In our study, the APS-loaded nano were prepared successfully (the morphology of microspheres was not shown). The data of CCK-8 assays showed that various concentrations of nanoparticles presented low cytotoxicity and improved the IL-1β-induced damage in chondrocytes. Based on the cytotoxicity data, we believed that the nano was safe and excellent.

It has been known that the MMP family is a vital biomarker related to articular cartilage degeneration [21]. MMPs are a big family including MMP-1, MMP-2, MMP-3, MMP-5, MMP-9, and MMP-13 [22]. Among these, MMP-9 and MMP-13 are well-studied in the role of OA. Elevation of MMP-9 and MMP-13 is responsible for cleaving extracellular matrix and the construction of chondrocytes [2325]. Here, we found that our modified nano declined the elevation of MMP-9 and MMP-13 induced by IL-1β. Moreover, the nano had significantly decreased the expression of inflammatory factor TNF-α, indicating the anti-inflammation role of APS and HA combined nano.

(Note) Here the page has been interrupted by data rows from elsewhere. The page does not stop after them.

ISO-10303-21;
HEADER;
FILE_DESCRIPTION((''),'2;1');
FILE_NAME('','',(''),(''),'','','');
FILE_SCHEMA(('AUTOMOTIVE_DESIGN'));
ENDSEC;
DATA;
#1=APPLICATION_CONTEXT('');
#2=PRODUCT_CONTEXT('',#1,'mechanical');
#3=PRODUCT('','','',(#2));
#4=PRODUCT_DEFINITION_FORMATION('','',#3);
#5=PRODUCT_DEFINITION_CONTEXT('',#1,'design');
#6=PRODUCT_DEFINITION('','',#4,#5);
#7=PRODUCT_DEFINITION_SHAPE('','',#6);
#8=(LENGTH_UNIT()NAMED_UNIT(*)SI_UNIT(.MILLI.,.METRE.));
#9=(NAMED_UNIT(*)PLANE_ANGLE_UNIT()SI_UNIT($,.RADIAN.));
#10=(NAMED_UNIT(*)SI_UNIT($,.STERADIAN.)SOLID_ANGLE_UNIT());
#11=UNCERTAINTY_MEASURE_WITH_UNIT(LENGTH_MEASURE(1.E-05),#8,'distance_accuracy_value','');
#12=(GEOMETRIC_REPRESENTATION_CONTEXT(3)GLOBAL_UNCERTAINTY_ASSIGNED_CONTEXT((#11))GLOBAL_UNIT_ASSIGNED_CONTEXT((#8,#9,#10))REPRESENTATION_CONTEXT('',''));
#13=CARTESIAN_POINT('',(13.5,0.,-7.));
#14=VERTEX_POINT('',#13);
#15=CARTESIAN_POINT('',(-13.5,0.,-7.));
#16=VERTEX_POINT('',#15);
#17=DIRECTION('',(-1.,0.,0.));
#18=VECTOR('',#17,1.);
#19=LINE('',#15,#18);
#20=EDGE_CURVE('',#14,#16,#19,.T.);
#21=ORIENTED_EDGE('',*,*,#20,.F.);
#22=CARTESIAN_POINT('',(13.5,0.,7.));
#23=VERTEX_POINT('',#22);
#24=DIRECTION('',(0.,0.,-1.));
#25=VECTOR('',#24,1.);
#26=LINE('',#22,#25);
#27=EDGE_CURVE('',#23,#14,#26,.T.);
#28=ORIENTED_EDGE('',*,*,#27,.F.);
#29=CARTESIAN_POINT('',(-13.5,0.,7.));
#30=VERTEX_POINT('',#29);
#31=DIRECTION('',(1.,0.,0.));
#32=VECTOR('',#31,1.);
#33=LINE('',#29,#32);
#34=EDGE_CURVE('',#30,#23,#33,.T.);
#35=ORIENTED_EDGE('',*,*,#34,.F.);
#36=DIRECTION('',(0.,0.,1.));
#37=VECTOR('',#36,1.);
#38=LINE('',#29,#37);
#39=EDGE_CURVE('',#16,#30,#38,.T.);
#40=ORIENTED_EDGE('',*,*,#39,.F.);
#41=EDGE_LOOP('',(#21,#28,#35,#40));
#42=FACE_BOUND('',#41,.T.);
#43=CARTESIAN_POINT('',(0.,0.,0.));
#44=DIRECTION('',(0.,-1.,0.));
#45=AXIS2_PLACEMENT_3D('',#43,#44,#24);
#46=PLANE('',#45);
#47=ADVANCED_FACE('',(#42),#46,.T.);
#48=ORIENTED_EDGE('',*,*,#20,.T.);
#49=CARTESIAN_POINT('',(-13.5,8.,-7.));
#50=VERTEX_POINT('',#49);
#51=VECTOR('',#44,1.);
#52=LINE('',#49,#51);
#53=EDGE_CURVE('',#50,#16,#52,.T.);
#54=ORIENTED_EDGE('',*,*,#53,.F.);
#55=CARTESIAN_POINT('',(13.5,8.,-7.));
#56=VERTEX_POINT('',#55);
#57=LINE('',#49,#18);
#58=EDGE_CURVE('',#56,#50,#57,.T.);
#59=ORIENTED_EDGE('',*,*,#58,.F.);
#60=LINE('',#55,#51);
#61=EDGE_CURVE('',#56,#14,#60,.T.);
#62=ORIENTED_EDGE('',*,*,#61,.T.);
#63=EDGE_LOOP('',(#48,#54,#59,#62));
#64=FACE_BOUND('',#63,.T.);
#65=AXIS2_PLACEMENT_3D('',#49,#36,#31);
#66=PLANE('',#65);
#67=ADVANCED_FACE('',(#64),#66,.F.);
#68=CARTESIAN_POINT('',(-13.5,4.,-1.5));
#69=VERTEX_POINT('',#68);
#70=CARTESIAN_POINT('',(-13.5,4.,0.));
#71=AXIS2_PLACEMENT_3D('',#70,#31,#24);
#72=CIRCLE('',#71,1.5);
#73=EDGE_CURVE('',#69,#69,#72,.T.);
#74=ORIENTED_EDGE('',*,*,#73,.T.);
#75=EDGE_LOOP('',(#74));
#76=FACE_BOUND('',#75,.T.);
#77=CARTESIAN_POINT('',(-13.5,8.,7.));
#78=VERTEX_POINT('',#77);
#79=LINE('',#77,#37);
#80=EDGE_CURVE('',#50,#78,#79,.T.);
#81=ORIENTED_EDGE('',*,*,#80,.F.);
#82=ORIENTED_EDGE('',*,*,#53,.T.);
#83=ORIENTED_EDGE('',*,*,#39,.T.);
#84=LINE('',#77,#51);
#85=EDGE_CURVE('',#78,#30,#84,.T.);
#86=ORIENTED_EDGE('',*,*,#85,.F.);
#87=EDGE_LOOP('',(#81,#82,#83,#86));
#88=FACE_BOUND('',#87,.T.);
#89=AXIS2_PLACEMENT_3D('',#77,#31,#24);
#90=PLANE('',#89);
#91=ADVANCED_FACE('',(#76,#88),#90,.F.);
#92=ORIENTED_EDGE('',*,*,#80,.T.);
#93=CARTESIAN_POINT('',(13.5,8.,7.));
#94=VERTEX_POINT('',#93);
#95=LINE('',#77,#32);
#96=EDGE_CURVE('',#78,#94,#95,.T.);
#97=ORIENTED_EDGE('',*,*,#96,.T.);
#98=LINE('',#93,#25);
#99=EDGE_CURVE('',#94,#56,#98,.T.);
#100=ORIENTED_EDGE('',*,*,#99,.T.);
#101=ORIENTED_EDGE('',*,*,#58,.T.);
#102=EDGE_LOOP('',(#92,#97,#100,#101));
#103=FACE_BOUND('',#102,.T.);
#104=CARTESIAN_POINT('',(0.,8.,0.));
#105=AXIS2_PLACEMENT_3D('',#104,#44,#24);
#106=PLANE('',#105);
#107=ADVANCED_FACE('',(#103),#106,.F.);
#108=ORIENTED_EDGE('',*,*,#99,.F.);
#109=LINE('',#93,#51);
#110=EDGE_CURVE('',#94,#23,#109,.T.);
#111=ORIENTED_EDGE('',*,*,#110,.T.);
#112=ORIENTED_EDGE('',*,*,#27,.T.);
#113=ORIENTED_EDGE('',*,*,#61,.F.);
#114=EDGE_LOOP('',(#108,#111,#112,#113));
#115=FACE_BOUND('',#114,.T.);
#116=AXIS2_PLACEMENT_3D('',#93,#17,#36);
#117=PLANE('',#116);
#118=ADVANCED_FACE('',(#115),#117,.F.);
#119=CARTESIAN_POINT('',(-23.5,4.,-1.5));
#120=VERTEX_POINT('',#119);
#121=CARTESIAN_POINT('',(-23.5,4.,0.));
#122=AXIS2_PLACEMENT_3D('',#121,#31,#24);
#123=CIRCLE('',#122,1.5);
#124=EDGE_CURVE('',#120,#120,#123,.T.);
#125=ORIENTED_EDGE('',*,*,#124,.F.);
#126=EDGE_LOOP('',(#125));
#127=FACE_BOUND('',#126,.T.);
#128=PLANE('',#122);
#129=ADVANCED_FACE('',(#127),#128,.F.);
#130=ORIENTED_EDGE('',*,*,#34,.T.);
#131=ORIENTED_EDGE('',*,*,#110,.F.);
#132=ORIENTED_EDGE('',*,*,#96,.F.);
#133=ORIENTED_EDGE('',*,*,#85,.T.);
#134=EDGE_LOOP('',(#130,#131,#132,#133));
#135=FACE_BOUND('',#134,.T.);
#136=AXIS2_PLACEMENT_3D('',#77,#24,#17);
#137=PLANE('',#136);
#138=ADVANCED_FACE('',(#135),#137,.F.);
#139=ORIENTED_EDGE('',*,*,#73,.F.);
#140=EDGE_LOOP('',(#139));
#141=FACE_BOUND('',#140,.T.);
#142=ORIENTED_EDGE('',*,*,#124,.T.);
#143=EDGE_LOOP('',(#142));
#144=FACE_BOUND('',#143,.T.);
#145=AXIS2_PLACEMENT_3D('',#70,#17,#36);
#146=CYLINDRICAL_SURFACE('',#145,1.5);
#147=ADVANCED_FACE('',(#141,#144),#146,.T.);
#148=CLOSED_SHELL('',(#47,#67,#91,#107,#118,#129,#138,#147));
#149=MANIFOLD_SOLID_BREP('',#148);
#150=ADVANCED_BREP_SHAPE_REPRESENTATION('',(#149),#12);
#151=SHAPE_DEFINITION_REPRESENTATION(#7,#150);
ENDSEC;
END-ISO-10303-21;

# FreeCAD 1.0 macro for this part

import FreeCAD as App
import Part
import Sketcher
from FreeCAD import Vector
Q = App.Units.Quantity

doc = App.newDocument("Part")
body = doc.addObject("PartDesign::Body", "Body")

sketch1 = doc.addObject("Sketcher::SketchObject", "Sketch")
body.addObject(sketch1)
sketch1.AttachmentSupport = (doc.XZ_Plane, [""])
sketch1.MapMode = "FlatFace"
sketch1.addGeometry([
    Part.LineSegment(Vector(-14, -7, 0), Vector(-14, 7, 0)),
    Part.LineSegment(Vector(-14, 7, 0), Vector(14, 7, 0)),
    Part.LineSegment(Vector(14, 7, 0), Vector(14, -7, 0)),
    Part.LineSegment(Vector(14, -7, 0), Vector(-14, -7, 0)),
], False)
sketch1.addConstraint([
    Sketcher.Constraint("Coincident", 0, 2, 1, 1),
    Sketcher.Constraint("Coincident", 1, 2, 2, 1),
    Sketcher.Constraint("Coincident", 2, 2, 3, 1),
    Sketcher.Constraint("Coincident", 3, 2, 0, 1),
    Sketcher.Constraint("Vertical", 0),
    Sketcher.Constraint("Horizontal", 1),
    Sketcher.Constraint("Vertical", 2),
    Sketcher.Constraint("Horizontal", 3),
    Sketcher.Constraint("Symmetric", 0, 2, 2, 2, -1, 1),
    Sketcher.Constraint("DistanceX", 1, 1, 1, 2, Q("27 mm")),
    Sketcher.Constraint("DistanceY", 0, 1, 0, 2, Q("14 mm")),
])
pad1 = doc.addObject("PartDesign::Pad", "Pad")
body.addObject(pad1)
pad1.Profile = sketch1
pad1.Length = 8
pad1.Reversed = True

sketch2 = doc.addObject("Sketcher::SketchObject", "Sketch001")
body.addObject(sketch2)
sketch2.AttachmentSupport = (doc.YZ_Plane, [""])
sketch2.MapMode = "FlatFace"
sketch2.AttachmentOffset = App.Placement(Vector(0, 0, -23.5), App.Rotation())
sketch2.addGeometry(Part.Circle(Vector(4, 0, 0), Vector(0, 0, 1), 1.5), False)
sketch2.addConstraint([
    Sketcher.Constraint("PointOnObject", 0, 3, -1),
    Sketcher.Constraint("Diameter", 0, Q("3 mm")),
    Sketcher.Constraint("DistanceX", -1, 1, 0, 3, Q("4 mm")),
])
pad2 = doc.addObject("PartDesign::Pad", "Pad001")
body.addObject(pad2)
pad2.Profile = sketch2
pad2.Length = 10

doc.recompute()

OPN is known as a cytokine related to OA metabolism; it is noncollagen bone matrix glycoprotein that mediates varied kinds of biological behaviors and often presents in the cartilage and synovial fluid of patients with OA [26]. OPN is an inhibitor to inflammatory substances such as IL-1 and NO, thus inhibiting the inflammatory process in cartilage [27]. iNOS is an isoform of the NO synthase family of enzymes, which correlates with the development of toxicity [28]. Stimulation of IL-1β could increase the expression of iNOS in chondrocytes therefore promoting NO production [29]. We investigated the effect of nanosphere on the production of OPN and iNOS. Western blot analyses indicated that the nanosphere effectively attenuated the levels of OPN and iNOS, leading to suppression of the inflammatory process. These results suggested that the anti-inflammatory mechanism of nanosphere is due to the inhibition of key cytokines.

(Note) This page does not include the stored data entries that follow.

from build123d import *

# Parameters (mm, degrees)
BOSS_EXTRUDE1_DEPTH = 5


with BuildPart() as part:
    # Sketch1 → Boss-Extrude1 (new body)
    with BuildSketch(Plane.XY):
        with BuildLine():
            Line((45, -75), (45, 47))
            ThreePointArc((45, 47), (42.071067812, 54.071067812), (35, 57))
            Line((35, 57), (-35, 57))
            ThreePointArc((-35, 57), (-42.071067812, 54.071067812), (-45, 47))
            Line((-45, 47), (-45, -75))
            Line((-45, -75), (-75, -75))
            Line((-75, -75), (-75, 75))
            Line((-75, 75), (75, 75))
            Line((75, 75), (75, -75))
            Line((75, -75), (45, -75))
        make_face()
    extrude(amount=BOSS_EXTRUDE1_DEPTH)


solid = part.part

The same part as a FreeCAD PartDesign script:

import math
import FreeCAD as App
import Part
import Sketcher

doc = App.newDocument("Part")
params = doc.addObject("Spreadsheet::Sheet", "Params")
for row, (alias, value) in enumerate([
    ("sketch1_radius", "10 mm"),
    ("sketch1_width", "30 mm"),
    ("sketch1_width2", "150 mm"),
    ("sketch1_height", "122 mm"),
    ("pad1_length", "5 mm"),
], start=1):
    params.set(f"A{row}", alias)
    params.set(f"B{row}", "=" + value)
    params.setAlias(f"B{row}", alias)

body = doc.addObject("PartDesign::Body", "Body")

sketch1 = body.newObject("Sketcher::SketchObject", "Sketch")
sketch1.AttachmentSupport = (doc.getObject("XY_Plane"), [""])
sketch1.MapMode = "FlatFace"
sketch1.addGeometry([
    Part.LineSegment(App.Vector(45, 47, 0), App.Vector(45, -75, 0)),
    Part.LineSegment(App.Vector(45, -75, 0), App.Vector(75, -75, 0)),
    Part.LineSegment(App.Vector(75, -75, 0), App.Vector(75, 75, 0)),
    Part.LineSegment(App.Vector(75, 75, 0), App.Vector(-75, 75, 0)),
    Part.LineSegment(App.Vector(-75, 75, 0), App.Vector(-75, -75, 0)),
    Part.LineSegment(App.Vector(-75, -75, 0), App.Vector(-45, -75, 0)),
    Part.LineSegment(App.Vector(-45, -75, 0), App.Vector(-45, 47, 0)),
    Part.ArcOfCircle(Part.Circle(App.Vector(-35, 47, 0), App.Vector(0, 0, 1), 10), math.radians(90), math.radians(180)),
    Part.LineSegment(App.Vector(-35, 57, 0), App.Vector(35, 57, 0)),
    Part.ArcOfCircle(Part.Circle(App.Vector(35, 47, 0), App.Vector(0, 0, 1), 10), math.radians(0), math.radians(90)),
], False)
sketch1.addConstraint([
    Sketcher.Constraint("Coincident", 0, 2, 1, 1),
    Sketcher.Constraint("Coincident", 1, 2, 2, 1),
    Sketcher.Constraint("Coincident", 2, 2, 3, 1),
    Sketcher.Constraint("Coincident", 3, 2, 4, 1),
    Sketcher.Constraint("Coincident", 4, 2, 5, 1),
    Sketcher.Constraint("Coincident", 5, 2, 6, 1),
    Sketcher.Constraint("Tangent", 6, 2, 7, 2),
    Sketcher.Constraint("Tangent", 7, 1, 8, 1),
    Sketcher.Constraint("Tangent", 8, 2, 9, 2),
    Sketcher.Constraint("Tangent", 9, 1, 0, 1),
    Sketcher.Constraint("Vertical", 0),
    Sketcher.Constraint("Horizontal", 1),
    Sketcher.Constraint("Vertical", 2),
    Sketcher.Constraint("Horizontal", 3),
    Sketcher.Constraint("Vertical", 4),
    Sketcher.Constraint("Horizontal", 5),
    Sketcher.Constraint("Vertical", 6),
    Sketcher.Constraint("Horizontal", 8),
    Sketcher.Constraint("Equal", 7, 9),
    Sketcher.Constraint("Symmetric", 1, 2, 3, 2, -1, 1),
    Sketcher.Constraint("Symmetric", 0, 2, 5, 2, -2),
    Sketcher.Constraint("Equal", 3, 2),
    Sketcher.Constraint("Radius", 7, 10.0),
    Sketcher.Constraint("DistanceX", 1, 1, 1, 2, 30.0),
    Sketcher.Constraint("DistanceX", 3, 2, 3, 1, 150.0),
    Sketcher.Constraint("DistanceY", 0, 2, 0, 1, 122.0),
])
sketch1.setExpression("Constraints[22]", "Params.sketch1_radius")
sketch1.setExpression("Constraints[23]", "Params.sketch1_width")
sketch1.setExpression("Constraints[24]", "Params.sketch1_width2")
sketch1.setExpression("Constraints[25]", "Params.sketch1_height")
pad1 = body.newObject("PartDesign::Pad", "Pad")
pad1.Profile = sketch1
pad1.setExpression("Length", "Params.pad1_length")

doc.recompute()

In summary, we provide a new microsphere of modified medicine that overcomes the quick degradation of drugs. We conclude that APS- and HA-loaded nano can effectively promote the survival of chondrocytes and protect chondrocytes by regulating the cytokines and proteinase.

Data Availability

All the data is available with the handwritten notebook documented in our lab.

Conflicts of Interest

The authors declare that they have no conflicts of interest.

Authors’ Contributions

Gongbiao Lu and Lin Du contributed equally to this work.